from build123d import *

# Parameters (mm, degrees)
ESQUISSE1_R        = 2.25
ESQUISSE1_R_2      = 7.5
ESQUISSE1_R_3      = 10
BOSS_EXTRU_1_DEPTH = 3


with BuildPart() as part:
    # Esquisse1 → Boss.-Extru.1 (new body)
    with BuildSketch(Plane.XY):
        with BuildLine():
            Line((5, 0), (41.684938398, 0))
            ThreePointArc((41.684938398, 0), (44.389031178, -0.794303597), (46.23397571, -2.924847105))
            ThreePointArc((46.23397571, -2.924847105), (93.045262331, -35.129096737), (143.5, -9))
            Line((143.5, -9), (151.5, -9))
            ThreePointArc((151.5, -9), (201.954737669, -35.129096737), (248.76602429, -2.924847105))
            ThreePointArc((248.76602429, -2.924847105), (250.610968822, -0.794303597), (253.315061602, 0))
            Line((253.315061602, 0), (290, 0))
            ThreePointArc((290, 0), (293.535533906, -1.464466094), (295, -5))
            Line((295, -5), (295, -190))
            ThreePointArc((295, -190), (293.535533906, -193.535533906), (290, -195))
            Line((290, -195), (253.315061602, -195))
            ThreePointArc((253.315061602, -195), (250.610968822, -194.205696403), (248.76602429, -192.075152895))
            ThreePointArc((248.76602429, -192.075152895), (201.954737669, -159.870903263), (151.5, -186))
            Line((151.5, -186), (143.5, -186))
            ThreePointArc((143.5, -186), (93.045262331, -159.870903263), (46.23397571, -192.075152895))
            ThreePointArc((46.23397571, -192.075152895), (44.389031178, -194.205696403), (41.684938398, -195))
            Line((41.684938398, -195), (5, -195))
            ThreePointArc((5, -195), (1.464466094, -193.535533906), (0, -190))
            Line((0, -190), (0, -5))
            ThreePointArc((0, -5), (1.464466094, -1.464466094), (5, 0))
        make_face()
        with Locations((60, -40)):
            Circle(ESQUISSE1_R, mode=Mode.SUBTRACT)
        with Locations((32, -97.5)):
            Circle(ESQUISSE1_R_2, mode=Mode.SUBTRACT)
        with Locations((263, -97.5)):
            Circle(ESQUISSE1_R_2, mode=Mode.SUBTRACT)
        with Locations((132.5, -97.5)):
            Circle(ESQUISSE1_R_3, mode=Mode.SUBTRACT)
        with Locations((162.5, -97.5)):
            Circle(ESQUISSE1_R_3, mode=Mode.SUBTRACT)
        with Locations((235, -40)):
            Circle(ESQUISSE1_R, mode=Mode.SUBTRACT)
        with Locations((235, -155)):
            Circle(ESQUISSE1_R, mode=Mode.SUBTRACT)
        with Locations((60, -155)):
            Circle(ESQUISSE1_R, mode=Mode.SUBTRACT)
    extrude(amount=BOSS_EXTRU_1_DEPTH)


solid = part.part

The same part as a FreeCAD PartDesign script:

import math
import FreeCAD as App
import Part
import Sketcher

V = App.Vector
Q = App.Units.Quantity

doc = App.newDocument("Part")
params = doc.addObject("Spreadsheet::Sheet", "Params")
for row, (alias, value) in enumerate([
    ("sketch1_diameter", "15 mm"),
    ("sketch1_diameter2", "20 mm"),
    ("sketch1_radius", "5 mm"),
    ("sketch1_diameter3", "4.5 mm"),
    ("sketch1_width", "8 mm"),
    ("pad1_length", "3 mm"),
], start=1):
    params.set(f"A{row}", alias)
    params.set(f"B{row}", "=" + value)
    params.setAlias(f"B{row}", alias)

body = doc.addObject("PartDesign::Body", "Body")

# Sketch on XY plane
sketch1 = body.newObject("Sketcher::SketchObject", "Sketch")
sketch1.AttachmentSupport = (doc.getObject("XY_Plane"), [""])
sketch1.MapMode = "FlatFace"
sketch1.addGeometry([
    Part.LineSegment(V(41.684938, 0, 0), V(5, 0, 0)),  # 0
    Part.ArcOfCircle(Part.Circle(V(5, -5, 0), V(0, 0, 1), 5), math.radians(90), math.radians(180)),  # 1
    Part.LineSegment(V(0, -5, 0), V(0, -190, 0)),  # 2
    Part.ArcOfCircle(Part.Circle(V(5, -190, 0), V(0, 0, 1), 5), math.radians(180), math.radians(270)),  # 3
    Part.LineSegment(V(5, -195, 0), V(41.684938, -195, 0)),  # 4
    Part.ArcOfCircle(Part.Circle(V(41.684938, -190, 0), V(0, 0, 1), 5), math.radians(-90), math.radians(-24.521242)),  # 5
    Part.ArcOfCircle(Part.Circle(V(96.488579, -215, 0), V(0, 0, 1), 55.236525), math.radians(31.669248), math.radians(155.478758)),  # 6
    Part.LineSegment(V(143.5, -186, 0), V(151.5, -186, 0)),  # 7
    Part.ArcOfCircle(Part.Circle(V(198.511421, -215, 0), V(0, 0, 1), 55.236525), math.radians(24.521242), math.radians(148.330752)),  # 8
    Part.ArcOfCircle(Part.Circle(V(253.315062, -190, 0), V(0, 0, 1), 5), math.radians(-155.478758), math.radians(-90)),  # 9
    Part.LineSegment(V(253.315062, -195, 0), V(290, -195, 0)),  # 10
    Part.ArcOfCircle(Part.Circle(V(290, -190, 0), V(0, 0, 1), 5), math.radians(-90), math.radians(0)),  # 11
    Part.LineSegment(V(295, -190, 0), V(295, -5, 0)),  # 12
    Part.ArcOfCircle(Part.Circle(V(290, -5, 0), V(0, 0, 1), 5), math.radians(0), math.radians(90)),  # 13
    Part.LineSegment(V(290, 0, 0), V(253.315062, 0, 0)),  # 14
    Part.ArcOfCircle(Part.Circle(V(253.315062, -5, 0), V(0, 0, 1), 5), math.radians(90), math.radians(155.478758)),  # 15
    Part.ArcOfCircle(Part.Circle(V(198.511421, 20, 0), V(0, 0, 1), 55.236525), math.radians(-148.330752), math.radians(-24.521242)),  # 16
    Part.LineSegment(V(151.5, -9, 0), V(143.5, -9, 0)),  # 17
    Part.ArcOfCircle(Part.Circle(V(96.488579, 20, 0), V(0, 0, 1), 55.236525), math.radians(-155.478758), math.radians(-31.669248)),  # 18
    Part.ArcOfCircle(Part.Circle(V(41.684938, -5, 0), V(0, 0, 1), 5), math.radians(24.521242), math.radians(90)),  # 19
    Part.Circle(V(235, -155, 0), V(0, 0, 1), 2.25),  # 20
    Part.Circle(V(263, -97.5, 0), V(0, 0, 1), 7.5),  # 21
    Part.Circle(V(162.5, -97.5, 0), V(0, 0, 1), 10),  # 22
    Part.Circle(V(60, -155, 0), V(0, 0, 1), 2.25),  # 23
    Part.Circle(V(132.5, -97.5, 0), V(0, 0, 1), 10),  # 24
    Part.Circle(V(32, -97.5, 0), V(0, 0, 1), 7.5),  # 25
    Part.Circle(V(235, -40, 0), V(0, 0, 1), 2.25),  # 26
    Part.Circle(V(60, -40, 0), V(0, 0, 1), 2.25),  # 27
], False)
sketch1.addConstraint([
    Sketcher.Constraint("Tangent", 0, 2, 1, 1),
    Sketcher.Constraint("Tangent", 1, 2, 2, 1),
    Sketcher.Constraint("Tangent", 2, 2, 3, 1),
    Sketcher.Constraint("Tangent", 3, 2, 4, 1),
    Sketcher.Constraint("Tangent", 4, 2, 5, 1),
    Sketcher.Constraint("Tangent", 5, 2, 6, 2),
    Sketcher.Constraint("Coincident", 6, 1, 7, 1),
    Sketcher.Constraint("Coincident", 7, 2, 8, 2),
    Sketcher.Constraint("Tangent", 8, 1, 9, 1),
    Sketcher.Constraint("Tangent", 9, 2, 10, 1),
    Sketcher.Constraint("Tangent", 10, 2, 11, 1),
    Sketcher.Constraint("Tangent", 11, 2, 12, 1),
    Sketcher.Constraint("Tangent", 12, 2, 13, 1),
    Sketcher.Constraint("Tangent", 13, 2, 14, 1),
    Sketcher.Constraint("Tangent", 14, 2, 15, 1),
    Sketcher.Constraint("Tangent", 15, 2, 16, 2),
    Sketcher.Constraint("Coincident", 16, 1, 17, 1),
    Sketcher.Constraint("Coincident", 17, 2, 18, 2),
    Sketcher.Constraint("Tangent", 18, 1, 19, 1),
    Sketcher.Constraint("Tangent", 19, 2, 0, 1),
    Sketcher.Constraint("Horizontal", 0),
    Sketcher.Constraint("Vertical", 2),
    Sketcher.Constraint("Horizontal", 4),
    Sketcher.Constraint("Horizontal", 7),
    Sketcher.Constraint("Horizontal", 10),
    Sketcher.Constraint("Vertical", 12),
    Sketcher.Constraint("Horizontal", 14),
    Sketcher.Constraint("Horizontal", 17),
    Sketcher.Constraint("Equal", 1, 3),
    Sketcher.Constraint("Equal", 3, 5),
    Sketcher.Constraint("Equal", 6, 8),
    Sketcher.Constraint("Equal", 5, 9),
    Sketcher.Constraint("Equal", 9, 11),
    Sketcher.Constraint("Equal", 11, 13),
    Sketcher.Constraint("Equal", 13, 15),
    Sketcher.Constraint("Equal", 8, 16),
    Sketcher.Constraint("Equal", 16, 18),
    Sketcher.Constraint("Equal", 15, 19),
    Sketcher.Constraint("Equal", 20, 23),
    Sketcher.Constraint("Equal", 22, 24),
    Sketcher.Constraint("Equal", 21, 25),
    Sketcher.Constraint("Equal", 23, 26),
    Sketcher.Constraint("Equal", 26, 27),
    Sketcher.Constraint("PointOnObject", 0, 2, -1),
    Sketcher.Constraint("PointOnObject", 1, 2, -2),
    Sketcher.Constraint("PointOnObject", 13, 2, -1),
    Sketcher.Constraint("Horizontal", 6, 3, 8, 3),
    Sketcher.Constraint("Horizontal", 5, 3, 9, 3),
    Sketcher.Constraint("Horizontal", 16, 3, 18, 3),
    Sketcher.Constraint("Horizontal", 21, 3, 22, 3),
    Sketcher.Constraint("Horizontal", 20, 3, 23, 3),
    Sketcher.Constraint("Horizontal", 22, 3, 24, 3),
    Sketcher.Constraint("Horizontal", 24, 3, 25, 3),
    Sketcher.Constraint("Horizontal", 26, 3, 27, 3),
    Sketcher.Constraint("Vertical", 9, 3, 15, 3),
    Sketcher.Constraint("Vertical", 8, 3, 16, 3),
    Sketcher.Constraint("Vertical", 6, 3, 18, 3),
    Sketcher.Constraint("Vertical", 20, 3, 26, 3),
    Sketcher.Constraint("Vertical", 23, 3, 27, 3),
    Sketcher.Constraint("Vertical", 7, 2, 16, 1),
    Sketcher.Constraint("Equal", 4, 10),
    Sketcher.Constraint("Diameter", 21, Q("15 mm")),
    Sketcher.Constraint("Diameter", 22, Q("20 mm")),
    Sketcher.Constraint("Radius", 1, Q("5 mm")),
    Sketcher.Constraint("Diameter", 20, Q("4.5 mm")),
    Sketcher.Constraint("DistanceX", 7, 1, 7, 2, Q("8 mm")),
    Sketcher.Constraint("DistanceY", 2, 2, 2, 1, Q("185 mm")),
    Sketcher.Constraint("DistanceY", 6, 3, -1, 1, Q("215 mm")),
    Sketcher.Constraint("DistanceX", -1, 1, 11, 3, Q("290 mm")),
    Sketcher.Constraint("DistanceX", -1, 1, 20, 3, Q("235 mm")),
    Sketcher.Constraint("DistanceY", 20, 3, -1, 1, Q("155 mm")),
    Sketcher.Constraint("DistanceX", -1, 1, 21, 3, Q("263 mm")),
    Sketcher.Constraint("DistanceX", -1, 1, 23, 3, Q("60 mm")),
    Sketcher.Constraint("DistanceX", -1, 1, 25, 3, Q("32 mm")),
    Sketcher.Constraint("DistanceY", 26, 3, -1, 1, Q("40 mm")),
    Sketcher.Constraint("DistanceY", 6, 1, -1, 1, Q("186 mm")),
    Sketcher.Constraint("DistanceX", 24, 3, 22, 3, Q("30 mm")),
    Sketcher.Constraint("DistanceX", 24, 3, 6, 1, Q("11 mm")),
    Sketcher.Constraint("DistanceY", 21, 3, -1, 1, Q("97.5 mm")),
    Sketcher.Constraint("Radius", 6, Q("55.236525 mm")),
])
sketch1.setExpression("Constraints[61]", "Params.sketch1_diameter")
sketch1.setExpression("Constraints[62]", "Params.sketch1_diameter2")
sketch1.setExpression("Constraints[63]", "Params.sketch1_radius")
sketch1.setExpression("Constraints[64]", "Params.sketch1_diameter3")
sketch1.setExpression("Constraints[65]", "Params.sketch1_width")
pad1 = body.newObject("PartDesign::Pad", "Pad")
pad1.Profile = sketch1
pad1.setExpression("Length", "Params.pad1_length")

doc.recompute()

····················

EXERCISE AIM
Return, exactly, the lines from the first line of the records above to the line containing "-159.870903263), (46.23397571, -192.075152895))", both included.

EXERCISE RESULT
from build123d import *

# Parameters (mm, degrees)
ESQUISSE1_R        = 2.25
ESQUISSE1_R_2      = 7.5
ESQUISSE1_R_3      = 10
BOSS_EXTRU_1_DEPTH = 3


with BuildPart() as part:
    # Esquisse1 → Boss.-Extru.1 (new body)
    with BuildSketch(Plane.XY):
        with BuildLine():
            Line((5, 0), (41.684938398, 0))
            ThreePointArc((41.684938398, 0), (44.389031178, -0.794303597), (46.23397571, -2.924847105))
            ThreePointArc((46.23397571, -2.924847105), (93.045262331, -35.129096737), (143.5, -9))
            Line((143.5, -9), (151.5, -9))
            ThreePointArc((151.5, -9), (201.954737669, -35.129096737), (248.76602429, -2.924847105))
            ThreePointArc((248.76602429, -2.924847105), (250.610968822, -0.794303597), (253.315061602, 0))
            Line((253.315061602, 0), (290, 0))
            ThreePointArc((290, 0), (293.535533906, -1.464466094), (295, -5))
            Line((295, -5), (295, -190))
            ThreePointArc((295, -190), (293.535533906, -193.535533906), (290, -195))
            Line((290, -195), (253.315061602, -195))
            ThreePointArc((253.315061602, -195), (250.610968822, -194.205696403), (248.76602429, -192.075152895))
            ThreePointArc((248.76602429, -192.075152895), (201.954737669, -159.870903263), (151.5, -186))
            Line((151.5, -186), (143.5, -186))
            ThreePointArc((143.5, -186), (93.045262331, -159.870903263), (46.23397571, -192.075152895))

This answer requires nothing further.